• AIM OF THE EXERCISE: The entries that follow include a run beginning at the line with "f 105 95 94" and ending at the line with "f 103 105 107"; restate that run word for word and leave the rest out.

(Entries taken from a collection)
┄┄┄┄┄┄┄┄┄┄

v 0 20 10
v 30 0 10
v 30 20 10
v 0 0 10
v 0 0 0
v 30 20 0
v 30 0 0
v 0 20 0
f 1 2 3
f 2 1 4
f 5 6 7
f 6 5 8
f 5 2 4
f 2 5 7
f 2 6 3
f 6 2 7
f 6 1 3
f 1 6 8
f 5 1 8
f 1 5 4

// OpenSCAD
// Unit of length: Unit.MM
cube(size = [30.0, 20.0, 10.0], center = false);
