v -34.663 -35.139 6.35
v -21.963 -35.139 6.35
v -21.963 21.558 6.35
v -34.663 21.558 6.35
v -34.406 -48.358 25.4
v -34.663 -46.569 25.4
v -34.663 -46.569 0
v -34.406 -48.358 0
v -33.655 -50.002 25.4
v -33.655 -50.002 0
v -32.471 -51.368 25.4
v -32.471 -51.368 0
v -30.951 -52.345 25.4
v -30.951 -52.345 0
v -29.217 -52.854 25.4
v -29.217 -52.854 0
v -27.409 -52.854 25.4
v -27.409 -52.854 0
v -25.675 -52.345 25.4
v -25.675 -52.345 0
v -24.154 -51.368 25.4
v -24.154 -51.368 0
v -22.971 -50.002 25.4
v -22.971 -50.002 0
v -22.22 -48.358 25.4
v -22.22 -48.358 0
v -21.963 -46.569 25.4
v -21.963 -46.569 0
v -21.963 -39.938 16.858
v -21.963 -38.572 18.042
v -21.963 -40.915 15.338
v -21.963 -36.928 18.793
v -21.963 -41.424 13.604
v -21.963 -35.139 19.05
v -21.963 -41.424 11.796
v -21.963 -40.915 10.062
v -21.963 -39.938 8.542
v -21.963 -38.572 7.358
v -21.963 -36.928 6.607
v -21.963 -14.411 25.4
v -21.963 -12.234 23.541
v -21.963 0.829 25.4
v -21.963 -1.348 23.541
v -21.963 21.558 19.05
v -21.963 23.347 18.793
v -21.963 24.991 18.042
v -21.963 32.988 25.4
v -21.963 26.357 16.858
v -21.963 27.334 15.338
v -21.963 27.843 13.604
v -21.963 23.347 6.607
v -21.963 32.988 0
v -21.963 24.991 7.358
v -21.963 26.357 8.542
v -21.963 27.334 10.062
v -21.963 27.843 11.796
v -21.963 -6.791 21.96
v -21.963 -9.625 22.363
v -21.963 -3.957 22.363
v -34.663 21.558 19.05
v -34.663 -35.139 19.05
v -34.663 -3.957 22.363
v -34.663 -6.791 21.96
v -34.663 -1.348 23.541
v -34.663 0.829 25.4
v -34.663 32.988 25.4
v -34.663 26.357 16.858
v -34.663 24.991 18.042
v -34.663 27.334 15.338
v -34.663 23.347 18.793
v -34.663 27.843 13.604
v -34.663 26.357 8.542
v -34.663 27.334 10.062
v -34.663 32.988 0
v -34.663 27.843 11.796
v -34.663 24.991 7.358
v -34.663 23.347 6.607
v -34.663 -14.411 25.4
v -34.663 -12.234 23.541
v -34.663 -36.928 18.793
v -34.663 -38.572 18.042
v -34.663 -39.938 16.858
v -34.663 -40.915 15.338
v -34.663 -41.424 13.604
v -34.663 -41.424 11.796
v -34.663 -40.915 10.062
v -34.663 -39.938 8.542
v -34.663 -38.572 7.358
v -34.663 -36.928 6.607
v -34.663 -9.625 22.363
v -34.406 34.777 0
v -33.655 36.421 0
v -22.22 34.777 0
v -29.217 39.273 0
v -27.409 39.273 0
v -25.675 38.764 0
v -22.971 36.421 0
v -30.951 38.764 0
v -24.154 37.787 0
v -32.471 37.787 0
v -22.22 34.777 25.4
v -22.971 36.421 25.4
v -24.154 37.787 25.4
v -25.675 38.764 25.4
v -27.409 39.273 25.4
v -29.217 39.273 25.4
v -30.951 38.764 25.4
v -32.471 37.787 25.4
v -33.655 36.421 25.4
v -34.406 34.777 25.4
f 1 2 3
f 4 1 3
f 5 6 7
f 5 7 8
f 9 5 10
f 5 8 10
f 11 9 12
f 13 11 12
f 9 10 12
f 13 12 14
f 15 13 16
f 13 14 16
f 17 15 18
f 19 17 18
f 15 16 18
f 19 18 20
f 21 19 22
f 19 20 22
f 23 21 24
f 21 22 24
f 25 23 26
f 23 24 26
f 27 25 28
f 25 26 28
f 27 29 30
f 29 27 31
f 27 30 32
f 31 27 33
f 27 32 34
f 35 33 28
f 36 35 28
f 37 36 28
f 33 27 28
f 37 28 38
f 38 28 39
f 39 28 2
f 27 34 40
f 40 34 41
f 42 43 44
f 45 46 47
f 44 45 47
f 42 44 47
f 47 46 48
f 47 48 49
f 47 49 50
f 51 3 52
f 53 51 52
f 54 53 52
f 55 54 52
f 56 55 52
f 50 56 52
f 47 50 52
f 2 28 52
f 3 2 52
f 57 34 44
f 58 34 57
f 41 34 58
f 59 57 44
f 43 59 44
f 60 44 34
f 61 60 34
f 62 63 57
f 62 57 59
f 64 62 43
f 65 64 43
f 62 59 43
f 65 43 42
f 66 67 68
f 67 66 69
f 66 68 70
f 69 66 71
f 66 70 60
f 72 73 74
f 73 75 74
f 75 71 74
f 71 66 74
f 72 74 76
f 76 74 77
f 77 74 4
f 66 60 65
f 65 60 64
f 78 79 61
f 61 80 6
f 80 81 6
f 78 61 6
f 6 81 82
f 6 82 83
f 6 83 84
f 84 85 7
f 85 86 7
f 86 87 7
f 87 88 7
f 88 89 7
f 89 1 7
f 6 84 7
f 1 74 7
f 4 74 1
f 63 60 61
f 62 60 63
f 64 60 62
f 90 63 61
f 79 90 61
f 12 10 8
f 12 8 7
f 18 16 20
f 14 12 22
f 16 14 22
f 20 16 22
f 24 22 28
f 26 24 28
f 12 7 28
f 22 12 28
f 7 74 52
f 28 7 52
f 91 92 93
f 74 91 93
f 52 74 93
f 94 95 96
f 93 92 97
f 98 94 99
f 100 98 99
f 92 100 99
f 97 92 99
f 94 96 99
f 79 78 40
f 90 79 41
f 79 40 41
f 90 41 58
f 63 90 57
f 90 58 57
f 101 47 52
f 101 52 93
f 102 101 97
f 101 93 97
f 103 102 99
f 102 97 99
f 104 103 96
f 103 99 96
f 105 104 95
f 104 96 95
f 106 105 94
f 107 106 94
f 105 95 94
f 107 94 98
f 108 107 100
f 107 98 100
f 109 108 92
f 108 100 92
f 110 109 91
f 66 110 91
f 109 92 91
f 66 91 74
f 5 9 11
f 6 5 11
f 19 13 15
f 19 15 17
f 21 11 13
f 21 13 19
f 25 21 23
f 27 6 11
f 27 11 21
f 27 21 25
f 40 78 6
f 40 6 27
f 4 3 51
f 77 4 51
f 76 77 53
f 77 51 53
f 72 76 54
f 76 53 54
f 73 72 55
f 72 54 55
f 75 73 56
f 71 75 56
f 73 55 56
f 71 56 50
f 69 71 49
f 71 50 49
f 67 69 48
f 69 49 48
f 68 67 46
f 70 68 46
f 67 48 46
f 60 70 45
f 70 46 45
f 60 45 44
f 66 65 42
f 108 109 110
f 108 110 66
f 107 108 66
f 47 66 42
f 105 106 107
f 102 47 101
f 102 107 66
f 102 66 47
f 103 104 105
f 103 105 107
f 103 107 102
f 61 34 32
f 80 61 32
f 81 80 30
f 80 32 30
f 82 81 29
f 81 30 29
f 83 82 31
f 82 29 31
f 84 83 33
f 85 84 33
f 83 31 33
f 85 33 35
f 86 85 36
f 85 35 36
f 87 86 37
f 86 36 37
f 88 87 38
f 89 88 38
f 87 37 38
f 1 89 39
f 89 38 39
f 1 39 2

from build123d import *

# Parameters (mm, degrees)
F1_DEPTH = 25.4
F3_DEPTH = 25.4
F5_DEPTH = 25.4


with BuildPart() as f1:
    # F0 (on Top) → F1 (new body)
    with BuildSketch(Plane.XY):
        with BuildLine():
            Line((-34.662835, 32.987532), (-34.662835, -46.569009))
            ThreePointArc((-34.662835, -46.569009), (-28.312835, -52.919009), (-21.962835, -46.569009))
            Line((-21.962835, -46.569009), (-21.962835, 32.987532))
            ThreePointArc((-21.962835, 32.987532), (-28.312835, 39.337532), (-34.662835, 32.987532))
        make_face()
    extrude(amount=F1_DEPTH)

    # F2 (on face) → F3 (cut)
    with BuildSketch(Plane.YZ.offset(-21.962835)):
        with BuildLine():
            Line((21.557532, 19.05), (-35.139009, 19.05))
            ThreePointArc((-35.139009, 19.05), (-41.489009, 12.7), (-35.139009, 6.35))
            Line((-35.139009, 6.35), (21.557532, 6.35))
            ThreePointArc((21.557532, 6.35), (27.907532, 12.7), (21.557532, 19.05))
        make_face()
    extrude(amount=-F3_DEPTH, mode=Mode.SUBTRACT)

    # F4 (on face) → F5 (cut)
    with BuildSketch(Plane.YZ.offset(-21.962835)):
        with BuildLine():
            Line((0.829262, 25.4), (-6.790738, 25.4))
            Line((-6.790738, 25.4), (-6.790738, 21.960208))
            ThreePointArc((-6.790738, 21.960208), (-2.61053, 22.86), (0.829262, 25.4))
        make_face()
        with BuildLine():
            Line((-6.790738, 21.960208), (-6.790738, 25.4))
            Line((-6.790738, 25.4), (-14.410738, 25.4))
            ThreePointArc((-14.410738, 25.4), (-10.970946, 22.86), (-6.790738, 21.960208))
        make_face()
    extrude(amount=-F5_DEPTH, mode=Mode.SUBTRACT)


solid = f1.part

┄┄┄┄┄┄┄┄┄┄

• EXPECTED ANSWER:
f 105 95 94
f 107 94 98
f 108 107 100
f 107 98 100
f 109 108 92
f 108 100 92
f 110 109 91
f 66 110 91
f 109 92 91
f 66 91 74
f 5 9 11
f 6 5 11
f 19 13 15
f 19 15 17
f 21 11 13
f 21 13 19
f 25 21 23
f 27 6 11
f 27 11 21
f 27 21 25
f 40 78 6
f 40 6 27
f 4 3 51
f 77 4 51
f 76 77 53
f 77 51 53
f 72 76 54
f 76 53 54
f 73 72 55
f 72 54 55
f 75 73 56
f 71 75 56
f 73 55 56
f 71 56 50
f 69 71 49
f 71 50 49
f 67 69 48
f 69 49 48
f 68 67 46
f 70 68 46
f 67 48 46
f 60 70 45
f 70 46 45
f 60 45 44
f 66 65 42
f 108 109 110
f 108 110 66
f 107 108 66
f 47 66 42
f 105 106 107
f 102 47 101
f 102 107 66
f 102 66 47
f 103 104 105
f 103 105 107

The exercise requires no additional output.